First, he agreed to fulfill all our responsibilities to God. Standing as our Surety, in an absolute sense, Christ did not simply assume part of our responsibility in a given area, leaving us to make up the balance. He willingly became absolutely responsible for his people in all things.
He agreed to render that perfect obedience to the law of God, which we were obliged to do, establishing perfect righteousness for us. He worked out and brought in an everlasting, perfect, legal righteousness for his people (Rom. 5:19; Jer. 23:6; John 17:4). Our Savior also agreed to satisfy the penalty of the law as our Substitute (Gal. 3:13; John 19:30). By his perfect obedience, in life and in death, the Lord Jesus Christ magnified the law and made it honorable in the redemption of God’s elect (Heb. 10:5-14).

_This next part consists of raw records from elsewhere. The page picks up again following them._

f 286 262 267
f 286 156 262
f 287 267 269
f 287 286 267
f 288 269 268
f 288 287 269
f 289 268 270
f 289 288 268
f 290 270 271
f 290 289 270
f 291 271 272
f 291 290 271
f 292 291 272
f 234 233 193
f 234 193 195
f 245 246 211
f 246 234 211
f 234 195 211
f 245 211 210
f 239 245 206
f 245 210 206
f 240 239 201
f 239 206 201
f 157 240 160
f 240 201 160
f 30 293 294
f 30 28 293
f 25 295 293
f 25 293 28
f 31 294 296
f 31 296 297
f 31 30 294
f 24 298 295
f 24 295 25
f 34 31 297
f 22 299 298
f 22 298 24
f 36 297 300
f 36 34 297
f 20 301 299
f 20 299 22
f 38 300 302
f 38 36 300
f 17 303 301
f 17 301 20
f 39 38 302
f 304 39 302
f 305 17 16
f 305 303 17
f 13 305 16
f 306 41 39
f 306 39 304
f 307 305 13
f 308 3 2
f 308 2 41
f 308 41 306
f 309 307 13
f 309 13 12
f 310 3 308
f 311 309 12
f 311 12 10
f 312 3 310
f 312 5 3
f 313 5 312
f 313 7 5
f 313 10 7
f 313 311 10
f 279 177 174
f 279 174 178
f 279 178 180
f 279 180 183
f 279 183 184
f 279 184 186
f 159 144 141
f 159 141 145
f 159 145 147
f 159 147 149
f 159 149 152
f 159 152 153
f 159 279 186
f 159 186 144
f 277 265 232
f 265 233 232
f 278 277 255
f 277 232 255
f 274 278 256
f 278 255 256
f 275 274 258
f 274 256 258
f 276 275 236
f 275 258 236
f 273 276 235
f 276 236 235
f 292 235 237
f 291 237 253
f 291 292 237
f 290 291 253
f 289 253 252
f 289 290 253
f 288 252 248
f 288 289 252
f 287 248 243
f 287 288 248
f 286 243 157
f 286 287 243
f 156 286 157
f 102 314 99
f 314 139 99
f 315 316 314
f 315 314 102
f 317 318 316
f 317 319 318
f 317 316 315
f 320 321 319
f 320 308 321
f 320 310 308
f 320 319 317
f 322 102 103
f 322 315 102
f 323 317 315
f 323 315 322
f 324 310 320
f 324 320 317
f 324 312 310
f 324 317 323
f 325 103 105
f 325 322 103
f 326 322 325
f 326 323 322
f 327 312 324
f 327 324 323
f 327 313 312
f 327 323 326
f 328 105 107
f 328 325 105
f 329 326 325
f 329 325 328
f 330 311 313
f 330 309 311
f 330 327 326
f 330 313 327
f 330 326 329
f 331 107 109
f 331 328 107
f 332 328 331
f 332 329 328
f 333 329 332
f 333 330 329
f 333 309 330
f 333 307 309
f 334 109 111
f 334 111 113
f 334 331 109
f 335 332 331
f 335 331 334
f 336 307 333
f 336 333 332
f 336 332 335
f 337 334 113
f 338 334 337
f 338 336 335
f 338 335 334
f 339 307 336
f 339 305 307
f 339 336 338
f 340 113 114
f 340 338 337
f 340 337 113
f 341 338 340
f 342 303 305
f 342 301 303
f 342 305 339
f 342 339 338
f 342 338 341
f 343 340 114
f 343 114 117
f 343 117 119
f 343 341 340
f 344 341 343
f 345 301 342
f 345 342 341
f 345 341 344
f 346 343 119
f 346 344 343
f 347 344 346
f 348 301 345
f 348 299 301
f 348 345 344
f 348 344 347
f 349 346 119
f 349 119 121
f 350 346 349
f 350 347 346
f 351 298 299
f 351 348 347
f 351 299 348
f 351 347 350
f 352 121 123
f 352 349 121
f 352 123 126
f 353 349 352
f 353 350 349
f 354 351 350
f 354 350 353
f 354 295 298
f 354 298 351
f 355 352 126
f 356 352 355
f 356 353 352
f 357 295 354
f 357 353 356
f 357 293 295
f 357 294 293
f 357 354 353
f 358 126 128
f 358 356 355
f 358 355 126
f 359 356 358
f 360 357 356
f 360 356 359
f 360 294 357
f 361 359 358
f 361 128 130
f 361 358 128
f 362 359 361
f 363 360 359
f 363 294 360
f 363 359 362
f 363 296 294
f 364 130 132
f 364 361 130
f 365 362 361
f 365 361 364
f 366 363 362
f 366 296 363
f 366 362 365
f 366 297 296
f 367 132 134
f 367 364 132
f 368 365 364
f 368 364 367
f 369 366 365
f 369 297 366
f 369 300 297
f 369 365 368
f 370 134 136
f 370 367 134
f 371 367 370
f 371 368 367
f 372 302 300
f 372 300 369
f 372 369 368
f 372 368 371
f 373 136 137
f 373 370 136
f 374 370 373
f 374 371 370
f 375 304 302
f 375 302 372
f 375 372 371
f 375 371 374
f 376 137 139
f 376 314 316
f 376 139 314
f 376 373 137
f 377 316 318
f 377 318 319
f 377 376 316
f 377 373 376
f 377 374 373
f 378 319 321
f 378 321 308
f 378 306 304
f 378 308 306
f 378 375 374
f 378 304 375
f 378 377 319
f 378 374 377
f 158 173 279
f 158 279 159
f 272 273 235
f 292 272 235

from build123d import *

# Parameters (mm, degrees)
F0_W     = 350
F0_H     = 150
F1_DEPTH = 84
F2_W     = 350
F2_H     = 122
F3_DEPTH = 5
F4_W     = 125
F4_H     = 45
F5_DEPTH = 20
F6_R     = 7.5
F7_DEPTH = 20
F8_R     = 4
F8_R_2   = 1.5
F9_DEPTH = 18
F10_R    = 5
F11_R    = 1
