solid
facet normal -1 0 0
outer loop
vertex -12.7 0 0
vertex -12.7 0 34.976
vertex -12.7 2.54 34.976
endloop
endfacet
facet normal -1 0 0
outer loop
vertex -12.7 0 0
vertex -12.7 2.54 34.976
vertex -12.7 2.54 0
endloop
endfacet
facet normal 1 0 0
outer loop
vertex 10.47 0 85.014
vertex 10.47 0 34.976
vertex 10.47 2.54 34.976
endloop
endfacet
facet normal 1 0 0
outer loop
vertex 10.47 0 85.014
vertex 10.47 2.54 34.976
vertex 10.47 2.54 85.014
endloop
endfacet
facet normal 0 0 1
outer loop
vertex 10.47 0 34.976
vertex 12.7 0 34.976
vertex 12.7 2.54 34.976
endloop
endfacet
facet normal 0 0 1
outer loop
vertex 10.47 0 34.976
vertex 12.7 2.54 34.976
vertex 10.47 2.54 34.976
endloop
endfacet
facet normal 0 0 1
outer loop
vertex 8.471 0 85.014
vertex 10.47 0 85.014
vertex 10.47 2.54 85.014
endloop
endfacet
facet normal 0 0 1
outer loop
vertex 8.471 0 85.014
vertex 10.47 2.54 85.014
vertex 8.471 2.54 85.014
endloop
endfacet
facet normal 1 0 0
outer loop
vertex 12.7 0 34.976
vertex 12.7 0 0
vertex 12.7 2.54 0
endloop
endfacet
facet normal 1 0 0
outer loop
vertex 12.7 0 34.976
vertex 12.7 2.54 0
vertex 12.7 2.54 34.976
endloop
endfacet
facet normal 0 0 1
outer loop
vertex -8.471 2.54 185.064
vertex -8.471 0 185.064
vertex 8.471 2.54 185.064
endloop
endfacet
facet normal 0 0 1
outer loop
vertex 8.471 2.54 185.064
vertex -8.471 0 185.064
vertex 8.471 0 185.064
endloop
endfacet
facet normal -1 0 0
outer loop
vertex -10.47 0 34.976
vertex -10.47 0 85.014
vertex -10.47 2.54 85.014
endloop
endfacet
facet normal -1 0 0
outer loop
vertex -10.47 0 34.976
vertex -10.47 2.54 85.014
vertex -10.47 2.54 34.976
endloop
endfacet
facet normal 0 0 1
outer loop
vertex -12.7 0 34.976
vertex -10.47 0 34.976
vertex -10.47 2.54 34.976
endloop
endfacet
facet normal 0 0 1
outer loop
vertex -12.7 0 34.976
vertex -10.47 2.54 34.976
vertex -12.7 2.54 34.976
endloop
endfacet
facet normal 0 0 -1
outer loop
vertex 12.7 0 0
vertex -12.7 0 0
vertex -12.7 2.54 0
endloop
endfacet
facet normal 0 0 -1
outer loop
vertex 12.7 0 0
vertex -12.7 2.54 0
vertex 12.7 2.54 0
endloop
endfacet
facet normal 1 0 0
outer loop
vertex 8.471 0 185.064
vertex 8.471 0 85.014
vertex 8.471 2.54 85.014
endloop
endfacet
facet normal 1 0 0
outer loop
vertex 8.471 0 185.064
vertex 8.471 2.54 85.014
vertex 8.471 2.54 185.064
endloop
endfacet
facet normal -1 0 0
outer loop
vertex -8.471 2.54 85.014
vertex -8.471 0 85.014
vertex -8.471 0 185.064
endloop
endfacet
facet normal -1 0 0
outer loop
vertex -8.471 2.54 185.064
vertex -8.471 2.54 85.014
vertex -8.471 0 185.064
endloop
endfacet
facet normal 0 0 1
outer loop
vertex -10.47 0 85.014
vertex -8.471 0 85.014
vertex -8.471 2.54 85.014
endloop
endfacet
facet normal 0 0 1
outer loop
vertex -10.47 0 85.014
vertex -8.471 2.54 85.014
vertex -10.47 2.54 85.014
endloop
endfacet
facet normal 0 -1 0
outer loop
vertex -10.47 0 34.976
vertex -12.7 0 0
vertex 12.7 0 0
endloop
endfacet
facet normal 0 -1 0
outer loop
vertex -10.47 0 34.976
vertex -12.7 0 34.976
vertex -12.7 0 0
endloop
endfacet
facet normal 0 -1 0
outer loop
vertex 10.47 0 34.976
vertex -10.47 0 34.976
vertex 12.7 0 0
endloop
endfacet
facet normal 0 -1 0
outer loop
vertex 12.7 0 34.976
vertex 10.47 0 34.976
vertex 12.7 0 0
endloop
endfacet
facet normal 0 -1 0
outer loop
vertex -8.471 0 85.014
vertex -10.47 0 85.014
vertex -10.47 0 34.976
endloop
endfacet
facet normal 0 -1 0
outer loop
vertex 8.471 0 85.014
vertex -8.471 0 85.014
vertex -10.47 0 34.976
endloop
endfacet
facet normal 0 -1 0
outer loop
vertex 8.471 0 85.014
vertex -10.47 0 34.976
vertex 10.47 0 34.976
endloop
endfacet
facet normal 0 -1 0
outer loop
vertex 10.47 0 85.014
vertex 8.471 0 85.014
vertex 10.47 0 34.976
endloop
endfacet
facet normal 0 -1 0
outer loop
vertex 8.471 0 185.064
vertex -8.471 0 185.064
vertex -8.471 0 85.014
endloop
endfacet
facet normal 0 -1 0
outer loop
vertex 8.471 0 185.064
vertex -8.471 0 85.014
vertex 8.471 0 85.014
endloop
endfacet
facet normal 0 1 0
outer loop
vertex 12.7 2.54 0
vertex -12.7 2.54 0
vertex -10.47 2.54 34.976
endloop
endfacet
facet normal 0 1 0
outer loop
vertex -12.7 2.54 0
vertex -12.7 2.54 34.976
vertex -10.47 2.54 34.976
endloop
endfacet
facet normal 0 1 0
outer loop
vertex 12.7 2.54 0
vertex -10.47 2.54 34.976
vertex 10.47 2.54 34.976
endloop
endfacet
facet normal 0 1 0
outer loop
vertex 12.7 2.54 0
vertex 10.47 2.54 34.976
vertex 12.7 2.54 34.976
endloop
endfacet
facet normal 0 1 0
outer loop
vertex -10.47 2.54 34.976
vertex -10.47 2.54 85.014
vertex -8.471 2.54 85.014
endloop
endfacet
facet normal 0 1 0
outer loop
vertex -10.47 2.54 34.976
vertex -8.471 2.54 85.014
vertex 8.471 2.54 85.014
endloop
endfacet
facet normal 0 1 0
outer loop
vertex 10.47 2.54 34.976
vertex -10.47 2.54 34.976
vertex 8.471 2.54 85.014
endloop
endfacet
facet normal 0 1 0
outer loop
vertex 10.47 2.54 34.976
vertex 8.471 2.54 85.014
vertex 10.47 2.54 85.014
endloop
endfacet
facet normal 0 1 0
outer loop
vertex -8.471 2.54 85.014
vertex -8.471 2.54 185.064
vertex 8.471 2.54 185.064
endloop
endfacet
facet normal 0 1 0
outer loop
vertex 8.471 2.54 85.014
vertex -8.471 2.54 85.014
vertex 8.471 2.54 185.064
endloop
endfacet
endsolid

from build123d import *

# Parameters (mm, degrees)
F0_W     = 16.9418
F0_H     = 100.0506
F1_DEPTH = 2.54


with BuildPart() as f1:
    # F0 (on Front) → F1 (new body)
    with BuildSketch(Plane.XZ):
        Polygon((-12.7, 0), (0, 0), (12.7, 0), (12.7, 34.9758), (10.469878, 34.9758), (-10.469878, 34.9758), (-12.7, 34.9758), align=None)
        Polygon((-10.469878, 85.0138), (-10.469878, 34.9758), (10.469878, 34.9758), (10.469878, 85.0138), (8.4709, 85.0138), (-8.4709, 85.0138), align=None)
        with Locations((0, 135.0391)):
            Rectangle(F0_W, F0_H)
    extrude(amount=-F1_DEPTH)


solid = f1.part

Second, Christ our Surety agreed to bring all his elect safe to glory (John 10:16-18). This is the Father’s will which he came to perform (John 6:39-40). Yes, the Lord Jesus Christ became responsible to bring God’s Benjamins safely home. “If I bring them not to thee, and set them before thee,” he said, “then let me bear the blame forever.” It is because of his suretyship engagements for his elect that the Son of God says, “Them also I must bring.” What our Surety has sworn to do he must do (Heb. 2:13).
He reconciled us to God by his sin-atoning death. He entered into heaven as our Covenant-Head, and claimed our eternal inheritance in our name as our Surety. He will, in the last day, present all of his elect faultless before the throne of his Father’s glory with exceeding, great joy (Eph. 5; Jude 1; Heb. 2:13). In that day, He will appear without sin; and we (all for whom he is Surety) shall appear with him without sin. God the Father will say to Christ our Surety and to all his people, “Well done!”
Child of God, the suretyship engagements of Christ ought to cause your heart to leap with joy. The whole of our acceptance with God is in Christ, our Surety. Our relationship with the eternal God does, in great measure, determine what we do; but what we do does not, in any measure whatsoever, determine our relationship or acceptance with the eternal God, our heavenly Father. The whole of our assurance is Christ, our Surety.
With His spotless garments on, I am as holy as God’s own Son!
The whole of our security is Christ, our Surety. -- His covenant engagements, -- His redemptive work, finished at Calvary, -- His gospel promise (“They shall never perish!”), -- and his glory as our Surety and Mediator upon the throne of universal monarchy, -- These are the things, the only things, which give believing hearts peace before God.